Disney Research and the University of California, Irvine are showing off a new artificial intelligence-enhanced video compression model that’s in the early stages of development.
The new compression model has apparently yielded less distortion and smaller bits-per-pixel rates than current coding-decoding algorithms such as H.265 when trained on specialized video content. The researchers said they achieved comparable results on downscaled YouTube videos.
“Ultimately, every video compression approach works on a trade-off,” said research team leader Stephan Mandt, a UCI assistant professor of computer science who began the project while employed at Disney Research. “If I’m allowing for larger file sizes, then I can have better image quality. If I want to have a short, really small file size, then I have to tolerate some errors. The hope is that our neural network-based approach does a better trade-off overall between file size and quality.”
Mandt said the video compression still relies heavily on predictive capabilities. Current compression algorithms achieve this through engineered solutions like trying to compute the linear displacement of small, localized patches relative to their position on the previous frame.
“In contrast, deep neural networks take a datacentric approach and learn the video’s underlying dynamics by drawing on large datasets of video material,” wrote UCI in a news release. “These data-driven methods, enabled by advances in deep learning over the past decade, show promise for shrinking video file sizes in future generations of video compression codecs.”
The UCI/Disney Research team’s compression process first involves downscaling the dimensions of the video using a “variational autoencoder,” or a neural network that processes each video frame in a sequence of actions that results in a condensed array of numbers. The autoencoder then tries to undo this operation to ensure that the array contains enough information to restore the video frame. Then the algorithm attempts to guess the next compressed version of an image given what has gone before, relying on an AI-based technique called a “deep generative model.”
Mandt said this approach is not necessarily unique but what sets apart the Disney/UCI research is that the algorithm conducts an operation to encode frame content by rounding the autoencoder’s real-valued array to integers, which are easier to store than real numbers. Finally, the model applies lossless compression to the array, allowing for its exact restoration. During this process, the neural network informs the algorithm about which video frame to expect next, making the lossless compression aspect more efficient.

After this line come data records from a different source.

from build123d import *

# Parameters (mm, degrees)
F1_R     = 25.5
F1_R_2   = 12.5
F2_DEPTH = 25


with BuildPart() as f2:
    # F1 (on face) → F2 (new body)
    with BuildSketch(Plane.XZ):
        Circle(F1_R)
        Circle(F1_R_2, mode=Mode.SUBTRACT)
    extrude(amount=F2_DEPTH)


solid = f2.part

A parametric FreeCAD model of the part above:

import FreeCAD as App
import Part
import Sketcher

V = App.Vector

doc = App.newDocument("Part")
body = doc.addObject("PartDesign::Body", "Body")

# Sketch on XZ plane
sketch1 = doc.addObject("Sketcher::SketchObject", "Sketch")
body.addObject(sketch1)
sketch1.AttachmentSupport = (doc.XZ_Plane, [""])
sketch1.MapMode = "FlatFace"
sketch1.addGeometry(Part.Circle(V(0, 0, 0), V(0, 0, 1), 25.5), False)
sketch1.addGeometry(Part.Circle(V(0, 0, 0), V(0, 0, 1), 12.5), False)
sketch1.addConstraint(Sketcher.Constraint("Coincident", 0, 3, -1, 1))
sketch1.addConstraint(Sketcher.Constraint("Coincident", 1, 3, -1, 1))
sketch1.addConstraint(Sketcher.Constraint("Diameter", 0, 51.0))
sketch1.addConstraint(Sketcher.Constraint("Diameter", 1, 25.0))
pad1 = doc.addObject("PartDesign::Pad", "Pad")
body.addObject(pad1)
pad1.Profile = sketch1
pad1.Length = 25

doc.recompute()
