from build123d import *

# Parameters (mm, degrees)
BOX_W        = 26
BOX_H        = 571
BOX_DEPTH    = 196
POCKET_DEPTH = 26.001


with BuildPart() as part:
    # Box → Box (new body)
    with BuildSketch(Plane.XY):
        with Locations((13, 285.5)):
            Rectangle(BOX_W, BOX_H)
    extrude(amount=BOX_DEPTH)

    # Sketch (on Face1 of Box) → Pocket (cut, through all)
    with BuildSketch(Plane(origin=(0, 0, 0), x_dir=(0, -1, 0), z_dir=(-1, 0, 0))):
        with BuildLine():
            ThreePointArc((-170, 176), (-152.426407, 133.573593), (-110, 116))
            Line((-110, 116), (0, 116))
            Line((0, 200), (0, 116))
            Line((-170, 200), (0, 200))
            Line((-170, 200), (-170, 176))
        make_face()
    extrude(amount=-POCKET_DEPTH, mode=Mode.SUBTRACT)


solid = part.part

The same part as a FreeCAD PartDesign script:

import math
import FreeCAD as App
import Part
import Sketcher
from FreeCAD import Vector


def add_polygon(sketch, points):
    """Adds a closed chain of lines whose ends are joined by coincident constraints."""
    first, n = sketch.GeometryCount, len(points)
    for a, b in zip(points, points[1:] + points[:1]):
        sketch.addGeometry(Part.LineSegment(App.Vector(*a, 0), App.Vector(*b, 0)), False)
    for i in range(n):
        sketch.addConstraint(Sketcher.Constraint("Coincident", first + i, 2, first + (i + 1) % n, 1))

doc = App.newDocument("Part")
body = doc.addObject("PartDesign::Body", "Body")

# Sketch on XY plane
sketch1 = doc.addObject("Sketcher::SketchObject", "Sketch")
body.addObject(sketch1)
sketch1.AttachmentSupport = (doc.XY_Plane, [""])
sketch1.MapMode = "FlatFace"
add_polygon(sketch1, [(0, 571), (0, 0), (26, 0), (26, 571)])  # lines 0-3
sketch1.addConstraint([
    Sketcher.Constraint("Vertical", 0),
    Sketcher.Constraint("Horizontal", 1),
    Sketcher.Constraint("Vertical", 2),
    Sketcher.Constraint("Horizontal", 3),
    Sketcher.Constraint("Coincident", 0, 2, -1, 1),
    Sketcher.Constraint("DistanceX", 1, 1, 1, 2, 26.0),
    Sketcher.Constraint("DistanceY", 0, 2, 0, 1, 571.0),
])
pad1 = doc.addObject("PartDesign::Pad", "Pad")
body.addObject(pad1)
pad1.Profile = sketch1
pad1.Length = 196

# Sketch on YZ plane
sketch2 = doc.addObject("Sketcher::SketchObject", "Sketch001")
body.addObject(sketch2)
sketch2.AttachmentSupport = (doc.YZ_Plane, [""])
sketch2.MapMode = "FlatFace"
sketch2.addGeometry([
    Part.ArcOfCircle(Part.Circle(Vector(110, 176, 0), Vector(0, 0, 1), 60), math.radians(-90), math.radians(0)),  # 0
    Part.LineSegment(Vector(110, 116, 0), Vector(0, 116, 0)),  # 1
    Part.LineSegment(Vector(0, 116, 0), Vector(0, 200, 0)),  # 2
    Part.LineSegment(Vector(0, 200, 0), Vector(170, 200, 0)),  # 3
    Part.LineSegment(Vector(170, 200, 0), Vector(170, 176, 0)),  # 4
], False)
sketch2.addConstraint([
    Sketcher.Constraint("Tangent", 0, 1, 1, 1),
    Sketcher.Constraint("Coincident", 1, 2, 2, 1),
    Sketcher.Constraint("Coincident", 2, 2, 3, 1),
    Sketcher.Constraint("Coincident", 3, 2, 4, 1),
    Sketcher.Constraint("Tangent", 4, 2, 0, 2),
    Sketcher.Constraint("Horizontal", 1),
    Sketcher.Constraint("Vertical", 2),
    Sketcher.Constraint("Horizontal", 3),
    Sketcher.Constraint("Vertical", 4),
    Sketcher.Constraint("PointOnObject", 1, 2, -2),
    Sketcher.Constraint("Radius", 0, 60.0),
    Sketcher.Constraint("DistanceX", 1, 2, 1, 1, 110.0),
    Sketcher.Constraint("DistanceY", 2, 1, 2, 2, 84.0),
    Sketcher.Constraint("DistanceY", -1, 1, 0, 3, 176.0),
])
pocket1 = doc.addObject("PartDesign::Pocket", "Pocket")
body.addObject(pocket1)
pocket1.Profile = sketch2
pocket1.Type = "ThroughAll"
pocket1.Reversed = True

doc.recompute()
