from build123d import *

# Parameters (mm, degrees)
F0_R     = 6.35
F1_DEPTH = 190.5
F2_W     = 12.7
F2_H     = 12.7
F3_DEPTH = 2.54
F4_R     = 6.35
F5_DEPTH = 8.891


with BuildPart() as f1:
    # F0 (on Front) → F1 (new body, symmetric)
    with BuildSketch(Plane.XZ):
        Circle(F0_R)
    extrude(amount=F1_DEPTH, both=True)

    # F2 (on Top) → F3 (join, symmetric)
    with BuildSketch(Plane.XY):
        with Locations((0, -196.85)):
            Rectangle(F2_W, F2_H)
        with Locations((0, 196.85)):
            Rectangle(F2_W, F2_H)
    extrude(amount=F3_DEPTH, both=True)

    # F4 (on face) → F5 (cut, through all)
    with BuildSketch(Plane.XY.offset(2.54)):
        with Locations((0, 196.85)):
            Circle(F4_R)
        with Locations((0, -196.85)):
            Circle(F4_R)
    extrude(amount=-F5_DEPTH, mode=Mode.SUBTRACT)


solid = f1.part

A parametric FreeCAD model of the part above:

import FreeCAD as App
import Part
import Sketcher
Q = App.Units.Quantity

doc = App.newDocument("Part")
body = doc.addObject("PartDesign::Body", "Body")
body.AllowCompound = True

# Sketch on XZ plane
sketch1 = body.newObject("Sketcher::SketchObject", "Sketch")
sketch1.AttachmentSupport = (doc.getObject("XZ_Plane"), [""])
sketch1.MapMode = "FlatFace"
sketch1.addGeometry(Part.Circle(App.Vector(0, 0, 0), App.Vector(0, 0, 1), 6), False)
sketch1.addConstraint(Sketcher.Constraint("Coincident", 0, 3, -1, 1))
sketch1.addConstraint(Sketcher.Constraint("Diameter", 0, Q("0.5 in")))
pad1 = body.newObject("PartDesign::Pad", "Pad")
pad1.Profile = sketch1
pad1.Length = Q("15 in")
pad1.Midplane = True

# Sketch on XY plane
sketch2 = body.newObject("Sketcher::SketchObject", "Sketch001")
sketch2.AttachmentSupport = (doc.getObject("XY_Plane"), [""])
sketch2.MapMode = "FlatFace"
sketch2.addGeometry(Part.LineSegment(App.Vector(-6, -190, 0), App.Vector(-6, -203, 0)), False)
sketch2.addGeometry(Part.LineSegment(App.Vector(-6, -203, 0), App.Vector(6, -203, 0)), False)
sketch2.addGeometry(Part.LineSegment(App.Vector(6, -203, 0), App.Vector(6, -190, 0)), False)
sketch2.addGeometry(Part.LineSegment(App.Vector(6, -190, 0), App.Vector(-6, -190, 0)), False)
sketch2.addGeometry(Part.LineSegment(App.Vector(-6, 203, 0), App.Vector(-6, 190, 0)), False)
sketch2.addGeometry(Part.LineSegment(App.Vector(-6, 190, 0), App.Vector(6, 190, 0)), False)
sketch2.addGeometry(Part.LineSegment(App.Vector(6, 190, 0), App.Vector(6, 203, 0)), False)
sketch2.addGeometry(Part.LineSegment(App.Vector(6, 203, 0), App.Vector(-6, 203, 0)), False)
sketch2.addConstraint(Sketcher.Constraint("Coincident", 0, 2, 1, 1))
sketch2.addConstraint(Sketcher.Constraint("Coincident", 1, 2, 2, 1))
sketch2.addConstraint(Sketcher.Constraint("Coincident", 2, 2, 3, 1))
sketch2.addConstraint(Sketcher.Constraint("Coincident", 3, 2, 0, 1))
sketch2.addConstraint(Sketcher.Constraint("Coincident", 4, 2, 5, 1))
sketch2.addConstraint(Sketcher.Constraint("Coincident", 5, 2, 6, 1))
sketch2.addConstraint(Sketcher.Constraint("Coincident", 6, 2, 7, 1))
sketch2.addConstraint(Sketcher.Constraint("Coincident", 7, 2, 4, 1))
sketch2.addConstraint(Sketcher.Constraint("Vertical", 0))
sketch2.addConstraint(Sketcher.Constraint("Horizontal", 1))
sketch2.addConstraint(Sketcher.Constraint("Vertical", 2))
sketch2.addConstraint(Sketcher.Constraint("Horizontal", 3))
sketch2.addConstraint(Sketcher.Constraint("Vertical", 4))
sketch2.addConstraint(Sketcher.Constraint("Horizontal", 5))
sketch2.addConstraint(Sketcher.Constraint("Vertical", 6))
sketch2.addConstraint(Sketcher.Constraint("Horizontal", 7))
sketch2.addConstraint(Sketcher.Constraint("Symmetric", 2, 2, 4, 2, -1, 1))
sketch2.addConstraint(Sketcher.Constraint("Symmetric", 0, 2, 6, 2, -1, 1))
sketch2.addConstraint(Sketcher.Constraint("Vertical", 3, 2, 4, 2))
sketch2.addConstraint(Sketcher.Constraint("Equal", 7, 0))
sketch2.addConstraint(Sketcher.Constraint("DistanceX", 1, 1, 1, 2, Q("0.5 in")))
sketch2.addConstraint(Sketcher.Constraint("DistanceY", 0, 2, -1, 1, Q("8 in")))
pad2 = body.newObject("PartDesign::Pad", "Pad001")
pad2.Profile = sketch2
pad2.Length = Q("0.2 in")
pad2.Midplane = True

# Sketch on XY plane
sketch3 = body.newObject("Sketcher::SketchObject", "Sketch002")
sketch3.AttachmentSupport = (doc.getObject("XY_Plane"), [""])
sketch3.MapMode = "FlatFace"
sketch3.AttachmentOffset = App.Placement(App.Vector(0, 0, 0.1 * 25.4), App.Rotation())
sketch3.addGeometry(Part.Circle(App.Vector(0, 197, 0), App.Vector(0, 0, 1), 6), False)
sketch3.addGeometry(Part.Circle(App.Vector(0, -197, 0), App.Vector(0, 0, 1), 6), False)
sketch3.addConstraint(Sketcher.Constraint("Equal", 0, 1))
sketch3.addConstraint(Sketcher.Constraint("Symmetric", 0, 3, 1, 3, -1, 1))
sketch3.addConstraint(Sketcher.Constraint("PointOnObject", 0, 3, -2))
sketch3.addConstraint(Sketcher.Constraint("Diameter", 0, Q("0.5 in")))
sketch3.addConstraint(Sketcher.Constraint("DistanceY", 1, 3, 0, 3, Q("15.5 in")))
pocket1 = body.newObject("PartDesign::Pocket", "Pocket")
pocket1.Profile = sketch3
pocket1.Type = "ThroughAll"

doc.recompute()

“The real contribution here was to combine this neural network-based deep generative video prediction model with everything else that belongs to compression algorithms, such as rounding and model-based lossless compression,” said Mandt. “Because the receiver requires a trained neural network for reconstructing the video, you might also have to think about how you transmit it along with the data. There are lots of open questions still. It’s a very early stage.”